Inspired by the migratory patterns of birds, Clareton structures the work around the spatial and kinesthetic motifs of group and solo movement patterns and shapes. The dancers begin in a tightly massed clump, twitching and fluttering across the stage, a head or a hand occasionally poking out. The clump eventually unfolds into a horizontal line, birds on a wire who jostle and bump into each other and shift positions in a comical version of an avian chorus line. Three of the dancers break away to form a trio, which unleashes different versions of individual and partnered flight in the rest of the group, the stage now a riot of restless, venturesome bodies that come together and move apart in ways that are at once intensely physical and surprisingly tender.
In the talkback following last night's performance Clareton remarked on the relationship between set movement structures and improvisation in the piece, noting that while most of the work is choreographed, within different sections the dancers are free to explore their own expressive impulses. This keeps things fresh and alive, but also helps to advance Clareton's conceptual and practical goals of exploring the relationship between the individual and the group, as out of the chaos and jumble of distinct phrasings and eccentric gestures will suddenly emerge a gorgeous bit of unison.

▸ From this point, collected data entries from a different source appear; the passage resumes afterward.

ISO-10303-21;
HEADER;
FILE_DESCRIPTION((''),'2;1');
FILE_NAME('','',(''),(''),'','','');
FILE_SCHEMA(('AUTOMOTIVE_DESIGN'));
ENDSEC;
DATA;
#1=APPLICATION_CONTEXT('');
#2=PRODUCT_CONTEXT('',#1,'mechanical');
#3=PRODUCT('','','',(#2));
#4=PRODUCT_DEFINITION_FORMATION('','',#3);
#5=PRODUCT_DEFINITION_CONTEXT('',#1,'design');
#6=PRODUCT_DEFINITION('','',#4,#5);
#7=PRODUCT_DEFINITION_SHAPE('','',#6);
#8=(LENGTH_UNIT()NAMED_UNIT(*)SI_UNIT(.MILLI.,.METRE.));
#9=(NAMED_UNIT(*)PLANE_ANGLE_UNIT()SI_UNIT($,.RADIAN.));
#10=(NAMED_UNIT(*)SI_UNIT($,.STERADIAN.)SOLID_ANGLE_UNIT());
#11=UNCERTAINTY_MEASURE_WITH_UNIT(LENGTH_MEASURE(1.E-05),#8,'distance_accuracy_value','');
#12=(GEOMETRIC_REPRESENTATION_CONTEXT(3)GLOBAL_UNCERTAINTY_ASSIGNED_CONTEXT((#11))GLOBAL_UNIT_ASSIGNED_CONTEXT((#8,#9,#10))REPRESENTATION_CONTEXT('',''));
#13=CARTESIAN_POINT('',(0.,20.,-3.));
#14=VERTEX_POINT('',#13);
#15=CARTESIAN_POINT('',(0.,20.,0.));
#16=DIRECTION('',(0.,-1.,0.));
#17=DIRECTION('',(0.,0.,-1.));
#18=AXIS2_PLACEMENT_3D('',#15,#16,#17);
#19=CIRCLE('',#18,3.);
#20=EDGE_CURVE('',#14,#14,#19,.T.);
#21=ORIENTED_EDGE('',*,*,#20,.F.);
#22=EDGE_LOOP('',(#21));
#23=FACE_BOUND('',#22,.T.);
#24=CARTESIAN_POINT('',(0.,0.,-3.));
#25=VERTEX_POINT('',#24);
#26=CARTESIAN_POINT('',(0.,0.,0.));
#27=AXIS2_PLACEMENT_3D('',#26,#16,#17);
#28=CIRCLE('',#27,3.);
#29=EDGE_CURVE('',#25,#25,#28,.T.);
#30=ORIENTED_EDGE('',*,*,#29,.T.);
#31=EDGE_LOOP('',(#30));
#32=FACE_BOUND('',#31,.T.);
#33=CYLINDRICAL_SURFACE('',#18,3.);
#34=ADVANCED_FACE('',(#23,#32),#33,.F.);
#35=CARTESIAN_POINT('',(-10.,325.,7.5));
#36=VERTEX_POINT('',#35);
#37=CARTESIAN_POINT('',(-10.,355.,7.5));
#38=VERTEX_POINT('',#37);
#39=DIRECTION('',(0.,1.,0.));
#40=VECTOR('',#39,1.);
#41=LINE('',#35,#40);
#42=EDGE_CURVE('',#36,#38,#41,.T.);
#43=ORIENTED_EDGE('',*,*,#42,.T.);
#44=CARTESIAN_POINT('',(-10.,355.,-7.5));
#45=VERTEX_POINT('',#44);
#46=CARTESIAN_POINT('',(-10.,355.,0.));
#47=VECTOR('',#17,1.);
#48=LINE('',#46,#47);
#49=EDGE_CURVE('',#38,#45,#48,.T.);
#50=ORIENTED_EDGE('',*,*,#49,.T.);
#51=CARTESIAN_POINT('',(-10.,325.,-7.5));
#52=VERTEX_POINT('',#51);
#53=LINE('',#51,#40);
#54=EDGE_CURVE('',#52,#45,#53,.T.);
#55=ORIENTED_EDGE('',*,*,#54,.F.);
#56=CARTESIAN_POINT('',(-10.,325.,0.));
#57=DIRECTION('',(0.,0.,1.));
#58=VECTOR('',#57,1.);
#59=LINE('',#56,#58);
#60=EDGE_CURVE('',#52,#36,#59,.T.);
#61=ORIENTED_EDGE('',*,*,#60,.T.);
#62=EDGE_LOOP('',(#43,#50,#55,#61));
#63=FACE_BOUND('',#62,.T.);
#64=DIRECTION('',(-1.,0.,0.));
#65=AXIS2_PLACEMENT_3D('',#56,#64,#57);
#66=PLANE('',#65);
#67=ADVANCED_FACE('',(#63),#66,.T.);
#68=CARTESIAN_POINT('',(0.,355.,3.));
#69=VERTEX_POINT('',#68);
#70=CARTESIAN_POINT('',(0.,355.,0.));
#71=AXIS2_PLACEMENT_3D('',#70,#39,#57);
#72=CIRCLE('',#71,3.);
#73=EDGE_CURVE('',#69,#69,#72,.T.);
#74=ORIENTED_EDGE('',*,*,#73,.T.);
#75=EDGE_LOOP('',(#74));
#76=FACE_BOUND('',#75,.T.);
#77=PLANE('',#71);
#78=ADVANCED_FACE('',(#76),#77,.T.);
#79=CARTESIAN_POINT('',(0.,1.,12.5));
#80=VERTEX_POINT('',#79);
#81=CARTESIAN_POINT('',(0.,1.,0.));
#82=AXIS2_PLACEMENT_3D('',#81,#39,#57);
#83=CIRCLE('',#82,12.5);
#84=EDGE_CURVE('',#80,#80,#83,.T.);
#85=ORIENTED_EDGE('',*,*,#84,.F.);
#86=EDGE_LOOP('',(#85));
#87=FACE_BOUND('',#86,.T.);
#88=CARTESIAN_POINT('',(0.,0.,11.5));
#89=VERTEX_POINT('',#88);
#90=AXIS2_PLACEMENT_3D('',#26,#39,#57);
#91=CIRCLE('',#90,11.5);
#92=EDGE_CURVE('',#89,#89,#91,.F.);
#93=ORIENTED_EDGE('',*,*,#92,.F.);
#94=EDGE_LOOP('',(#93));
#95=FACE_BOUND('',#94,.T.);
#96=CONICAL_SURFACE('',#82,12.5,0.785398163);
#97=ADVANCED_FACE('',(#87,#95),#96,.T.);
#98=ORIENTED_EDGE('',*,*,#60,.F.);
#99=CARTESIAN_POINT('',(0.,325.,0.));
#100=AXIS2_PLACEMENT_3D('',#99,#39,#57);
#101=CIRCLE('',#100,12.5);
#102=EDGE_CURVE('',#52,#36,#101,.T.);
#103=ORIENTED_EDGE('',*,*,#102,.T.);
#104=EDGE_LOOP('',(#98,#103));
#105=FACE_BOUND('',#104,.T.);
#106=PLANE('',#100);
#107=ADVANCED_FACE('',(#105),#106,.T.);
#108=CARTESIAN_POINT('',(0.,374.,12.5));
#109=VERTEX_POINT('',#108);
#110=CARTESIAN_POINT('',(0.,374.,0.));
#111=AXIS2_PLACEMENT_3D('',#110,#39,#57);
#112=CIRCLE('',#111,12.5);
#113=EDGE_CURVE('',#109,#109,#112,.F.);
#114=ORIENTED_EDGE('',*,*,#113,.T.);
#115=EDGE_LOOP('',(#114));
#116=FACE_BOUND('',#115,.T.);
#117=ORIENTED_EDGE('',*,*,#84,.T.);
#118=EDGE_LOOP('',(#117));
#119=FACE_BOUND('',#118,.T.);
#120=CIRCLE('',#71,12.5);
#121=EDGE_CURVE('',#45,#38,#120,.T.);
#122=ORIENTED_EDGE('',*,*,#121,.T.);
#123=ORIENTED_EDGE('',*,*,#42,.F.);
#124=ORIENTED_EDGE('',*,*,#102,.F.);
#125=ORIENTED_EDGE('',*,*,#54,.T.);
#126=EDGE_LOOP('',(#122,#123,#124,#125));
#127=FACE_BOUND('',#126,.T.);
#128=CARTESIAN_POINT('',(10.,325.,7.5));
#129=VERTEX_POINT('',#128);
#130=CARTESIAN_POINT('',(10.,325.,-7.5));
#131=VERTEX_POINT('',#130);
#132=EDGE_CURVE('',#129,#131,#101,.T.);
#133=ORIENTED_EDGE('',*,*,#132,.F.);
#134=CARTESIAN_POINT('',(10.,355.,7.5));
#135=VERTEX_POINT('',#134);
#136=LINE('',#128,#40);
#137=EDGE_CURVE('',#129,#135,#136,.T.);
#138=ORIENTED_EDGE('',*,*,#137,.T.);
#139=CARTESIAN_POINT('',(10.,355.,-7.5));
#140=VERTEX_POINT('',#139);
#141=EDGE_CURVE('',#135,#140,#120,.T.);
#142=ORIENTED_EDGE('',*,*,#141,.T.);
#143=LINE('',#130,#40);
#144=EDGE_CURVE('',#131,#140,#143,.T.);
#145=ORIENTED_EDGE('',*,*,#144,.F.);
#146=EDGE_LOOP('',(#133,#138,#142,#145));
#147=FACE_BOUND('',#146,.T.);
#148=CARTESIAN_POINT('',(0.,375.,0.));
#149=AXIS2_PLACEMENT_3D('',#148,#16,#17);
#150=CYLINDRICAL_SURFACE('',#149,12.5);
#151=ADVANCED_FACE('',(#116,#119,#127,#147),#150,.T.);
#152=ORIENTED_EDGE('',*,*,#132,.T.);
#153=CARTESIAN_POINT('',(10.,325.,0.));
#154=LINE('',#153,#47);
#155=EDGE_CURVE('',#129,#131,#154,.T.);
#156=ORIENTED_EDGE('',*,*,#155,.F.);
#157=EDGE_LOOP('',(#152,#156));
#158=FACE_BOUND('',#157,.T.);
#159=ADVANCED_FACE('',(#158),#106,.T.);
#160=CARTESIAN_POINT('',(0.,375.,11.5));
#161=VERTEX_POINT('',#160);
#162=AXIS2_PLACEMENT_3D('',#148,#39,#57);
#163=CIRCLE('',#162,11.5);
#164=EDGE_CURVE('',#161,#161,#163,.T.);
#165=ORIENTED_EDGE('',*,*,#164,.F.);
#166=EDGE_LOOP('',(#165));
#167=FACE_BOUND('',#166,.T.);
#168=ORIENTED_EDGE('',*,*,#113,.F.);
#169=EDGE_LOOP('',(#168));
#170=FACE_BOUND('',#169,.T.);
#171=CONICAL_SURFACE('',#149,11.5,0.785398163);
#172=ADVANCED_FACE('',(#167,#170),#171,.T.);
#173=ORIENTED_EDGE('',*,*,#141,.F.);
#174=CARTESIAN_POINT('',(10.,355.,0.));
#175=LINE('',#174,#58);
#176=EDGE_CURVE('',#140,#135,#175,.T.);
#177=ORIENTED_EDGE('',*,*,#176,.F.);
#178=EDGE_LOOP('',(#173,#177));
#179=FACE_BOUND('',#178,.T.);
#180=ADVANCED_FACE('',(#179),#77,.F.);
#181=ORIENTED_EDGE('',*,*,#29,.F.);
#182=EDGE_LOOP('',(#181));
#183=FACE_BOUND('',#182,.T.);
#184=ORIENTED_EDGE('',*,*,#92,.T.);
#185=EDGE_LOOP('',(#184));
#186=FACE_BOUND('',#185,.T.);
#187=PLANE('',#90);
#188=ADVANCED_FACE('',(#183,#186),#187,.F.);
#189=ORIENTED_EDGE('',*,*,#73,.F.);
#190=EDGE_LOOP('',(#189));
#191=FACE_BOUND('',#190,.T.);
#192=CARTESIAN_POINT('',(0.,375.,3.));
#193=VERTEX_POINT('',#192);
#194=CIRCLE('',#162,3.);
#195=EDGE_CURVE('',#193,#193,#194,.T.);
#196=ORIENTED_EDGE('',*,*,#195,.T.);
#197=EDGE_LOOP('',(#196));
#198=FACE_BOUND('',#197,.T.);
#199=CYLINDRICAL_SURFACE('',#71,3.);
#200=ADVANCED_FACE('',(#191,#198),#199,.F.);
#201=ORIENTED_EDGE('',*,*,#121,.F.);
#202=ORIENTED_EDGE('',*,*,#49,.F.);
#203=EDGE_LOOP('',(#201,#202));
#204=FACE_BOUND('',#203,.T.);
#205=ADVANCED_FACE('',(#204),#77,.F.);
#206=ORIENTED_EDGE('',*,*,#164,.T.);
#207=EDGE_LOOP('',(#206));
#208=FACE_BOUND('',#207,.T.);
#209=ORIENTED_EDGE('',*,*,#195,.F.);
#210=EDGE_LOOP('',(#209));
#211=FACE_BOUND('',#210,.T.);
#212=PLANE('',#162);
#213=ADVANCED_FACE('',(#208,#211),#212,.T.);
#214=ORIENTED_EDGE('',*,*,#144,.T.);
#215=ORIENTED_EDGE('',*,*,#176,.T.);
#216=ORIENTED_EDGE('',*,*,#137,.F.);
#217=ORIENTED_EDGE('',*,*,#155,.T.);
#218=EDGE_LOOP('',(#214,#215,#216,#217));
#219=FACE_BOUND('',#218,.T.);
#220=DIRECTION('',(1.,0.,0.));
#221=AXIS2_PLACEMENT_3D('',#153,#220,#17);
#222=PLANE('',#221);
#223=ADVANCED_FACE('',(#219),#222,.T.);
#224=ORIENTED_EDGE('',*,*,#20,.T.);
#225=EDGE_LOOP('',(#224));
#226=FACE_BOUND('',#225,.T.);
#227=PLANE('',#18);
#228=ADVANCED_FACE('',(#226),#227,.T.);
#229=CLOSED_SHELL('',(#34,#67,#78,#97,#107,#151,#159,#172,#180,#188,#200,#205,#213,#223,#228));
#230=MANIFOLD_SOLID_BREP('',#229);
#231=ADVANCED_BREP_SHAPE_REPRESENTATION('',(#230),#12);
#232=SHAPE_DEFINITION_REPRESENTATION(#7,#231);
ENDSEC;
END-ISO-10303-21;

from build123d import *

# Parameters (mm, degrees)
SKETCH_2_R          = 12.5
EXTRUDE_3_DEPTH     = 375
SKETCH_5_R          = 3
CUT_EXTRUDE_2_DEPTH = 20
CUT_EXTRUDE_START   = -50
CUT_EXTRUDE_3_DEPTH = 50
EXTRUDE_START       = -20
SKETCH_11_R         = 12.5
EXTRUDE_5_DEPTH     = 20
CUT_EXTRUDE_START_2 = -20
SKETCH_12_R         = 3
CUT_EXTRUDE_4_DEPTH = 20
CHAMFER_1_SIZE      = 1
CHAMFER_2_SIZE      = 1


with BuildPart() as part:
    # 草图2 → 凸台-拉伸3 (new body)
    with BuildSketch(Plane(origin=(0, 0, 0), x_dir=(1, 0, 0), z_dir=(0, 1, 0))):
        with Locations(Location((0, 0, 0), (0, 0, 270))):
            Circle(SKETCH_2_R)
    extrude(amount=EXTRUDE_3_DEPTH)

    # 草图5 → 切除-拉伸2 (cut)
    with BuildSketch(Plane.XZ):
        with Locations(Location((0, 0, 0), (0, 0, 270))):
            Circle(SKETCH_5_R)
    extrude(amount=-CUT_EXTRUDE_2_DEPTH, mode=Mode.SUBTRACT)

    # 草图7 → 切除-拉伸3 (cut)
    with BuildSketch(Plane(origin=(0, 375, 0), x_dir=(1, 0, 0), z_dir=(0, 1, 0)).offset(CUT_EXTRUDE_START)):
        with BuildLine():
            Line((10, 7.5), (10, 0))
            Line((10, 0), (10, -7.5))
            ThreePointArc((10, -7.5), (11.858541226, -3.952847075), (12.5, 0))
            ThreePointArc((12.5, 0), (11.858541226, 3.952847075), (10, 7.5))
        make_face()
        with BuildLine():
            Line((-10, 0), (-10, 7.5))
            ThreePointArc((-10, 7.5), (-12.5, 0), (-10, -7.5))
            Line((-10, -7.5), (-10, 0))
        make_face()
    extrude(amount=CUT_EXTRUDE_3_DEPTH, mode=Mode.SUBTRACT)

    # 草图11 → 凸台-拉伸5 (add)
    with BuildSketch(Plane(origin=(0, 375, 0), x_dir=(1, 0, 0), z_dir=(0, 1, 0)).offset(EXTRUDE_START)):
        with Locations(Location((0, 0, 0), (0, 0, 270))):
            Circle(SKETCH_11_R)
    extrude(amount=EXTRUDE_5_DEPTH)

    # 草图12 → 切除-拉伸4 (cut)
    with BuildSketch(Plane(origin=(0, 375, 0), x_dir=(1, 0, 0), z_dir=(0, 1, 0)).offset(CUT_EXTRUDE_START_2)):
        with Locations(Location((0, 0, 0), (0, 0, 90))):
            Circle(SKETCH_12_R)
    extrude(amount=CUT_EXTRUDE_4_DEPTH, mode=Mode.SUBTRACT)

    # 倒角1
    chamfer_1_edges = [part.edges().sort_by_distance(p)[0] for p in [
        (0, 0, -12.5),
    ]]
    chamfer(chamfer_1_edges, length=CHAMFER_1_SIZE)

    # 倒角2
    chamfer_2_edges = [part.edges().sort_by_distance(p)[0] for p in [
        (0, 375, -12.5),
    ]]
    chamfer(chamfer_2_edges, length=CHAMFER_2_SIZE)


solid = part.part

Clareton and the dancers also talked about the two rubber boots filled with water that lead to the work's slip-and-slide finale. Clareton said that she knew early on she wanted some representation of oceanic flight in the work. And the dancers talked about how, when it became clear they'd be moving on and through a wet surface, managing that risk simply became about mastering a new technique: how to weight one's body to move safely, what to do at the end of a slide, etc. A fascinating glimpse into the creation of a very rare bird.
P.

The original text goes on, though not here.